他呆立在原地,西恩这会儿已经相当确定他是吓呆了,剑锋会朝向他们只是出于本能,至于身体其他部分则早已被吓得不听大脑使唤了。
“先生,”西恩说道,音量之大也终于唤醒这只可怜的木鸡,让他定睛瞅着西恩,“帮个忙,行吗?把剑放在地上。听我说,你就松开手指,让它掉在地上就可以了。”
“你们他妈的又是什么人?”
“我们是警察。”怀迪亮出警徽,“这下你相信了吧?听我说,先生,把剑放在地上。”
“啊,好。”男人说完手一松,长剑就这样直直掉落在他脚边的草地上,发出一记闷闷的巨响。

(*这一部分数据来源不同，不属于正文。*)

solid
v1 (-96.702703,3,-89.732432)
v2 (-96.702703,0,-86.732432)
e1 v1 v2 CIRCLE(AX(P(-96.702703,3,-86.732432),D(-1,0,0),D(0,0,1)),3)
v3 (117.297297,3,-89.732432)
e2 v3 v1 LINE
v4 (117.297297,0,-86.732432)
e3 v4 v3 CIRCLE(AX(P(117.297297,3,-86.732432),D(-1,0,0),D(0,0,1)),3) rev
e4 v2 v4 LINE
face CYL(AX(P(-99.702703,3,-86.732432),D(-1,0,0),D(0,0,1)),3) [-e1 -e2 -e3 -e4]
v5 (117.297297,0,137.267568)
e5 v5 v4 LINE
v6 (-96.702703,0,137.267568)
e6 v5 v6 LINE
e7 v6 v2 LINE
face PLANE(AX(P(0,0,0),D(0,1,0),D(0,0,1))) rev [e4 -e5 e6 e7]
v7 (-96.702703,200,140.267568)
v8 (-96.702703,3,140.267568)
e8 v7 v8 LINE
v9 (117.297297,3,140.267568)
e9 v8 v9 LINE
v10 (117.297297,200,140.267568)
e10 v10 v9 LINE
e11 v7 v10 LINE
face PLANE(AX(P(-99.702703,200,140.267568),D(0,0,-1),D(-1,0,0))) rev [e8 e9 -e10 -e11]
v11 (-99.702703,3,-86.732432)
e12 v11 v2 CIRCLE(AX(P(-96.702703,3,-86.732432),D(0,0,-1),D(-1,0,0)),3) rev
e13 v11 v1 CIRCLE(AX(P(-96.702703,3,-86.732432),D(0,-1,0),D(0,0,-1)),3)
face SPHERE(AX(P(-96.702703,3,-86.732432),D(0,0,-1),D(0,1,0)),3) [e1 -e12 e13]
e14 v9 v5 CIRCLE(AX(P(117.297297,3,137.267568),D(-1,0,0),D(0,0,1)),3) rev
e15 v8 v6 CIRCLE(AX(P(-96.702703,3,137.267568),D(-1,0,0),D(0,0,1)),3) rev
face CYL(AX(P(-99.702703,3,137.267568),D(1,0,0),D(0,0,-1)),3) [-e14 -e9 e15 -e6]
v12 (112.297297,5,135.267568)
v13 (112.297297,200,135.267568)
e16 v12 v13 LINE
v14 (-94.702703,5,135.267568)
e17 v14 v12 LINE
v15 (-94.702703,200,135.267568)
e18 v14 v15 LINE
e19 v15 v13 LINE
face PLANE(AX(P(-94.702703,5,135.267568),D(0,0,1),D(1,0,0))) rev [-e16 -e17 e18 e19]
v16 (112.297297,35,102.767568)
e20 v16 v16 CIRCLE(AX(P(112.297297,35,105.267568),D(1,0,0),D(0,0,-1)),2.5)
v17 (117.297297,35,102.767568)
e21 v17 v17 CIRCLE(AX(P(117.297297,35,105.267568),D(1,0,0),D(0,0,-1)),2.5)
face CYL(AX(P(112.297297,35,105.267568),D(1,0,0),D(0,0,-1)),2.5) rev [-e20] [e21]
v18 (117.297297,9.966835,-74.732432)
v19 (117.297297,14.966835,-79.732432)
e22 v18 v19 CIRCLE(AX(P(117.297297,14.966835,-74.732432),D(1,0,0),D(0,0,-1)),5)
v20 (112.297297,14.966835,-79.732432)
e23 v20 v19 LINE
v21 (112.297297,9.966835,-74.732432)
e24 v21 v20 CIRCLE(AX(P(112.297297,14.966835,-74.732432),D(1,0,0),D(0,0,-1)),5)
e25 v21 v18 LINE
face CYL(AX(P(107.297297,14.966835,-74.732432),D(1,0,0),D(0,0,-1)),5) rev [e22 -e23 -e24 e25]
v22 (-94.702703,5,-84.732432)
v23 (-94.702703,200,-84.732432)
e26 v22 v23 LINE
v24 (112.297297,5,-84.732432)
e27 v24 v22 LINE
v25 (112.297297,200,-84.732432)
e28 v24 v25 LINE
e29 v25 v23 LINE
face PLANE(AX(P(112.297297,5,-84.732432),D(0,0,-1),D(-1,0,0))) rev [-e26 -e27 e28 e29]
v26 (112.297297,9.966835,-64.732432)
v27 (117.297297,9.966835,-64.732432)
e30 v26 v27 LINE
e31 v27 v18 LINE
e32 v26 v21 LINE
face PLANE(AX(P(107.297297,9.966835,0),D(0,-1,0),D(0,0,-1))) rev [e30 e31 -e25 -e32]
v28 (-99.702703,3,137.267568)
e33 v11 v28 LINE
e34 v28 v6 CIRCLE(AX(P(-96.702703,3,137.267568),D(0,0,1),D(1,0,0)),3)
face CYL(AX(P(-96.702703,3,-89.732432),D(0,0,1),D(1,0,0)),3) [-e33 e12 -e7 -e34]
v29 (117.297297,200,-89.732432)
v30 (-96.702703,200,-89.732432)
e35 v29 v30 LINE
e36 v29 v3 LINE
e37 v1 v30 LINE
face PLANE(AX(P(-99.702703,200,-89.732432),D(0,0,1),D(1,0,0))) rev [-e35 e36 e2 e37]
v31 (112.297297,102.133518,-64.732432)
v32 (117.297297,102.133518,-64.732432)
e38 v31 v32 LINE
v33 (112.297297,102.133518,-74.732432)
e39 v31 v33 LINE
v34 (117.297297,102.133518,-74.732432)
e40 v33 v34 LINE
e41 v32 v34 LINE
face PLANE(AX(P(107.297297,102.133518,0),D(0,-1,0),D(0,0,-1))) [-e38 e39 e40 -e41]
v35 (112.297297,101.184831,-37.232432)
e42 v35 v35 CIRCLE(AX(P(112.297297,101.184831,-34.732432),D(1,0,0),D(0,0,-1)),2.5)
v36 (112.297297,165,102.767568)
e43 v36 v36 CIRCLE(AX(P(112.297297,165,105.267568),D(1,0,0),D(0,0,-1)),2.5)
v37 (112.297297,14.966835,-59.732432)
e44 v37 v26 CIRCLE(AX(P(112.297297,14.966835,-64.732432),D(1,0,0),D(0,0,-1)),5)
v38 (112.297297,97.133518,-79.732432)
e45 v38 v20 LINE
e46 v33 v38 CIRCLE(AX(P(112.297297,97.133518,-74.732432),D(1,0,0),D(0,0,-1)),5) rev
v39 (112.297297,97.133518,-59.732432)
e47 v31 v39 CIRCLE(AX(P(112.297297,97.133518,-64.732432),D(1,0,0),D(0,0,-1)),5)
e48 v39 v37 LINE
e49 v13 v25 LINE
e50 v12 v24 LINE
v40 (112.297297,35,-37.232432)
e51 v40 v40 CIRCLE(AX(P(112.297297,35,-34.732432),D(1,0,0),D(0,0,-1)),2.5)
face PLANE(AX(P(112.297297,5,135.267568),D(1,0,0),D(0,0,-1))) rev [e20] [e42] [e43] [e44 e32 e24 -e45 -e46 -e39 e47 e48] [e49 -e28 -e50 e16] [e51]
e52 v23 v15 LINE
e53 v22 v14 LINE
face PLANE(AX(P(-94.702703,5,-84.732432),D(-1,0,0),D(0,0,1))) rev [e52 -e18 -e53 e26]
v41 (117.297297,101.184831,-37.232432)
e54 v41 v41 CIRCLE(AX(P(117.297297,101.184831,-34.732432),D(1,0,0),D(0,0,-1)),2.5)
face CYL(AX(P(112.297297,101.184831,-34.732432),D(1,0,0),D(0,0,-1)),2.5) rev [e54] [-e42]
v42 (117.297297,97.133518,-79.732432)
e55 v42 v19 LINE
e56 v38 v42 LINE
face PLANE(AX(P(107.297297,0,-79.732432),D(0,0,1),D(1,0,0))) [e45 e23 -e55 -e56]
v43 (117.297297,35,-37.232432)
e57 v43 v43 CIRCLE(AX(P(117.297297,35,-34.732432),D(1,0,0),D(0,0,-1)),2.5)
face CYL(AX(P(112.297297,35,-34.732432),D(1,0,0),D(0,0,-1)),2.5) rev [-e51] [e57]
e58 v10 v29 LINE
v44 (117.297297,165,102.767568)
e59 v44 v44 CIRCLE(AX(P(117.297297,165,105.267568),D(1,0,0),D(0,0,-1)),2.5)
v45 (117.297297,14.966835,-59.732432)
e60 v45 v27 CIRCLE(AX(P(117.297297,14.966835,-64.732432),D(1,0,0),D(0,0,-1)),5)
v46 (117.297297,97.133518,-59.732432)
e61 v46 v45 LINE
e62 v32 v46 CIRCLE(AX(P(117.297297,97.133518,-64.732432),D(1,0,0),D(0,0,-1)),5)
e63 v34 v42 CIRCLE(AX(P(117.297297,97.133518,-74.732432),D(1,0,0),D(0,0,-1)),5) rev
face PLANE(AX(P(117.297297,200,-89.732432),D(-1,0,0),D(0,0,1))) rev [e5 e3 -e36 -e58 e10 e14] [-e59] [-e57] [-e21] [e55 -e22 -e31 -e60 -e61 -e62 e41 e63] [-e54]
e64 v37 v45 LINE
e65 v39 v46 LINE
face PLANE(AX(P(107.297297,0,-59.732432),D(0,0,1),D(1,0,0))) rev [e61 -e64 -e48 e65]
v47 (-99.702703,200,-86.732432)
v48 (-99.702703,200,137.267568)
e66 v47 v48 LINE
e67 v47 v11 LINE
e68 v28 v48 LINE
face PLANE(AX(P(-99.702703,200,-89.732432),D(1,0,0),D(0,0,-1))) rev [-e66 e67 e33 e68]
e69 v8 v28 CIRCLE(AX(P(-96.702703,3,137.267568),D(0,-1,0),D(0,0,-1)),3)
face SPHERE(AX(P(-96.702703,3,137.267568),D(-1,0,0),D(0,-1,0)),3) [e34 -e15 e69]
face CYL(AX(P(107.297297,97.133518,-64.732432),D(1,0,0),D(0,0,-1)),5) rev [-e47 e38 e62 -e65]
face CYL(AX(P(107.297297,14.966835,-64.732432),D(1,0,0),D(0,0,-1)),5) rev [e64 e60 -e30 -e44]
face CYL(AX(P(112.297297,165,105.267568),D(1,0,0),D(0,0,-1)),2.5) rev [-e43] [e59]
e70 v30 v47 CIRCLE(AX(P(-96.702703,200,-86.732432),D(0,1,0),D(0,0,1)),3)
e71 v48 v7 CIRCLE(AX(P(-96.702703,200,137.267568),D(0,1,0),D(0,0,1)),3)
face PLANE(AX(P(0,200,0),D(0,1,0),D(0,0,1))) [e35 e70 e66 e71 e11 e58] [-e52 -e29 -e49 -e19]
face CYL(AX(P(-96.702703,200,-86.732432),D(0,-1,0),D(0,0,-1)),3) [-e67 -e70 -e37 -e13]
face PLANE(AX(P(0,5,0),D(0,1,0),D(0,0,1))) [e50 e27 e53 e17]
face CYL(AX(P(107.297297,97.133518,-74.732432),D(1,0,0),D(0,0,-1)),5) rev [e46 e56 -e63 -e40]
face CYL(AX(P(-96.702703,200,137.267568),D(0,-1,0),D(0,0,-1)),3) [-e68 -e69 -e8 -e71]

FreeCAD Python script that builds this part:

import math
import FreeCAD as App
import Part
import Sketcher

V = App.Vector


def edges_at(feature, points):
    """Names of the edges that pass closest to the given points."""
    edges = feature.Shape.Edges
    near = lambda p: min(range(len(edges)), key=lambda i: edges[i].distToShape(Part.Vertex(*p))[0])
    return sorted({f"Edge{near(p) + 1}" for p in points})


def add_polygon(sketch, points):
    """Adds a closed chain of lines whose ends are joined by coincident constraints."""
    first, n = sketch.GeometryCount, len(points)
    for a, b in zip(points, points[1:] + points[:1]):
        sketch.addGeometry(Part.LineSegment(App.Vector(*a, 0), App.Vector(*b, 0)), False)
    for i in range(n):
        sketch.addConstraint(Sketcher.Constraint("Coincident", first + i, 2, first + (i + 1) % n, 1))

doc = App.newDocument("Part")
body = doc.addObject("PartDesign::Body", "Body")

sketch1 = doc.addObject("Sketcher::SketchObject", "Sketch")
body.addObject(sketch1)
sketch1.AttachmentSupport = (doc.XZ_Plane, [""])
sketch1.MapMode = "FlatFace"
add_polygon(sketch1, [(-100, -90), (-100, 140), (117, 140), (117, -90)])
sketch1.addConstraint(Sketcher.Constraint("Vertical", 0))
sketch1.addConstraint(Sketcher.Constraint("Horizontal", 1))
sketch1.addConstraint(Sketcher.Constraint("Vertical", 2))
sketch1.addConstraint(Sketcher.Constraint("Horizontal", 3))
sketch1.addConstraint(Sketcher.Constraint("DistanceX", 1, 1, 1, 2, 217.0))
sketch1.addConstraint(Sketcher.Constraint("DistanceY", 0, 1, 0, 2, 230.0))
sketch1.addConstraint(Sketcher.Constraint("DistanceX", 0, 2, -1, 1, 99.702703))
sketch1.addConstraint(Sketcher.Constraint("DistanceY", -1, 1, 0, 2, 140.267568))
pad1 = doc.addObject("PartDesign::Pad", "Pad")
body.addObject(pad1)
pad1.Profile = sketch1
pad1.Length = 200
pad1.Reversed = True

sketch2 = doc.addObject("Sketcher::SketchObject", "Sketch001")
body.addObject(sketch2)
sketch2.AttachmentSupport = (doc.XZ_Plane, [""])
sketch2.MapMode = "FlatFace"
sketch2.AttachmentOffset = App.Placement(V(0, 0, -200), App.Rotation())
add_polygon(sketch2, [(-95, -85), (-95, 135), (112, 135), (112, -85)])
sketch2.addConstraint(Sketcher.Constraint("Vertical", 0))
sketch2.addConstraint(Sketcher.Constraint("Horizontal", 1))
sketch2.addConstraint(Sketcher.Constraint("Vertical", 2))
sketch2.addConstraint(Sketcher.Constraint("Horizontal", 3))
sketch2.addConstraint(Sketcher.Constraint("DistanceX", 1, 1, 1, 2, 207.0))
sketch2.addConstraint(Sketcher.Constraint("DistanceY", 0, 1, 0, 2, 220.0))
sketch2.addConstraint(Sketcher.Constraint("DistanceX", 0, 2, -1, 1, 94.702703))
sketch2.addConstraint(Sketcher.Constraint("DistanceY", -1, 1, 0, 2, 135.267568))
pocket1 = doc.addObject("PartDesign::Pocket", "Pocket")
body.addObject(pocket1)
pocket1.Profile = sketch2
pocket1.Length = 195
pocket1.Reversed = True
doc.recompute()

fillet = doc.addObject("PartDesign::Fillet", "Fillet")
body.addObject(fillet)
fillet.Base = (pocket1, edges_at(pocket1, [
    (8.797, 0, -89.732),
    (8.797, 0, 140.268),
    (-99.703, 0, 25.268),
    (-99.703, 100, -89.732),
    (-99.703, 100, 140.268),
]))
fillet.Radius = 3

sketch3 = doc.addObject("Sketcher::SketchObject", "Sketch002")
body.addObject(sketch3)
sketch3.AttachmentSupport = (doc.YZ_Plane, [""])
sketch3.MapMode = "FlatFace"
sketch3.AttachmentOffset = App.Placement(V(0, 0, 117.297297), App.Rotation())
sketch3.addGeometry(Part.ArcOfCircle(Part.Circle(V(165, 105.3, 0), V(0, 0, 1), 2.5), math.radians(180), math.radians(270)), False)
sketch3.addGeometry(Part.ArcOfCircle(Part.Circle(V(165, 105.3, 0), V(0, 0, 1), 2.5), math.radians(-90), math.radians(180)), False)
sketch3.addGeometry(Part.ArcOfCircle(Part.Circle(V(35, 105.3, 0), V(0, 0, 1), 2.5), math.radians(0), math.radians(270)), False)
sketch3.addGeometry(Part.ArcOfCircle(Part.Circle(V(35, 105.3, 0), V(0, 0, 1), 2.5), math.radians(-90), math.radians(0)), False)
sketch3.addGeometry(Part.ArcOfCircle(Part.Circle(V(35, -34.7, 0), V(0, 0, 1), 2.5), math.radians(-90), math.radians(0)), False)
sketch3.addGeometry(Part.ArcOfCircle(Part.Circle(V(35, -34.7, 0), V(0, 0, 1), 2.5), math.radians(0), math.radians(90)), False)
sketch3.addGeometry(Part.ArcOfCircle(Part.Circle(V(35, -34.7, 0), V(0, 0, 1), 2.5), math.radians(90), math.radians(270)), False)
sketch3.addGeometry(Part.ArcOfCircle(Part.Circle(V(101.2, -34.7, 0), V(0, 0, 1), 2.5), math.radians(180), math.radians(270)), False)
sketch3.addGeometry(Part.ArcOfCircle(Part.Circle(V(101.2, -34.7, 0), V(0, 0, 1), 2.5), math.radians(-90), math.radians(60)), False)
sketch3.addGeometry(Part.ArcOfCircle(Part.Circle(V(101.2, -34.7, 0), V(0, 0, 1), 2.5), math.radians(60), math.radians(180)), False)
sketch3.addConstraint(Sketcher.Constraint("Tangent", 0, 1, 1, 2))
sketch3.addConstraint(Sketcher.Constraint("Coincident", 1, 1, 0, 2))
sketch3.addConstraint(Sketcher.Constraint("Tangent", 2, 1, 3, 2))
sketch3.addConstraint(Sketcher.Constraint("Coincident", 3, 1, 2, 2))
sketch3.addConstraint(Sketcher.Constraint("Tangent", 4, 2, 5, 1))
sketch3.addConstraint(Sketcher.Constraint("Tangent", 5, 2, 6, 1))
sketch3.addConstraint(Sketcher.Constraint("Tangent", 6, 2, 4, 1))
sketch3.addConstraint(Sketcher.Constraint("Tangent", 7, 2, 8, 1))
sketch3.addConstraint(Sketcher.Constraint("Tangent", 8, 2, 9, 1))
sketch3.addConstraint(Sketcher.Constraint("Tangent", 9, 2, 7, 1))
sketch3.addConstraint(Sketcher.Constraint("Equal", 1, 2))
sketch3.addConstraint(Sketcher.Constraint("Equal", 3, 4))
sketch3.addConstraint(Sketcher.Constraint("Equal", 6, 7))
sketch3.addConstraint(Sketcher.Constraint("Horizontal", 1, 3, 2, 3))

西恩感觉站在自己左侧的康利再度开始往前逼近,眼看就要扑上去了,于是赶忙出手制止他。他锁定男人的目光,开口问道:“你叫什么名字?”
“啊?哦,肯特。”
“你好,肯特,我是州警队的狄文。我可能要麻烦你再往后退几步,离武器远一点。”
“什么武器?”
“就是地上那把剑。麻烦你往后退几步。你姓什么,肯特?”
“布尔。”他说道,然后往后退了几步,两臂平举在胸前,十指全张,仿佛已经确定他们随时都会朝他开枪似的。
西恩嘴角泛开一抹笑意,朝怀迪点点头。“嘿,肯特,你刚刚是怎么回事啊?那动作在我看来还挺像芭蕾的。”他耸耸肩,继续说道,“带把剑是有些不配啦,不过……”
肯特怔怔地看着怀迪弯下腰去,用条手帕垫在剑柄上,小心翼翼地捡起了地上的武士剑。
“剑道。”
“那是什么,肯特?”
“剑道,”肯特说道,“武术的一种。我星期二、四上武馆跟着师父学,每天早上就自己练习。我刚刚就是在练剑。就这样,没什么。”
康利叹了一口气。
索萨看着康利。“妈的,你是在诈唬我吗?”
怀迪将长剑递到西恩面前,要他自己看。长长的剑身让人悉心上过油,白花花亮晶晶的,干净得像是刚刚才打出来的似的。
“你看。”怀迪用刀锋抵住自己掌心,用力一抽。“妈的,我家的汤匙都比这利!”
“这剑本来就没磨利过啊!”肯特说道。
西恩感觉自己脑里又响起了那尖锐的鸟鸣。“嗯,肯特,你在这边多久了?”
肯特望了望四人身后百码外的停车场。“十五分钟吧,最多。这到底是怎么回事?”他的声音愈来愈有自信了,甚至还带点愤愤不平,“在公园练习剑道不犯法吧,警察先生?”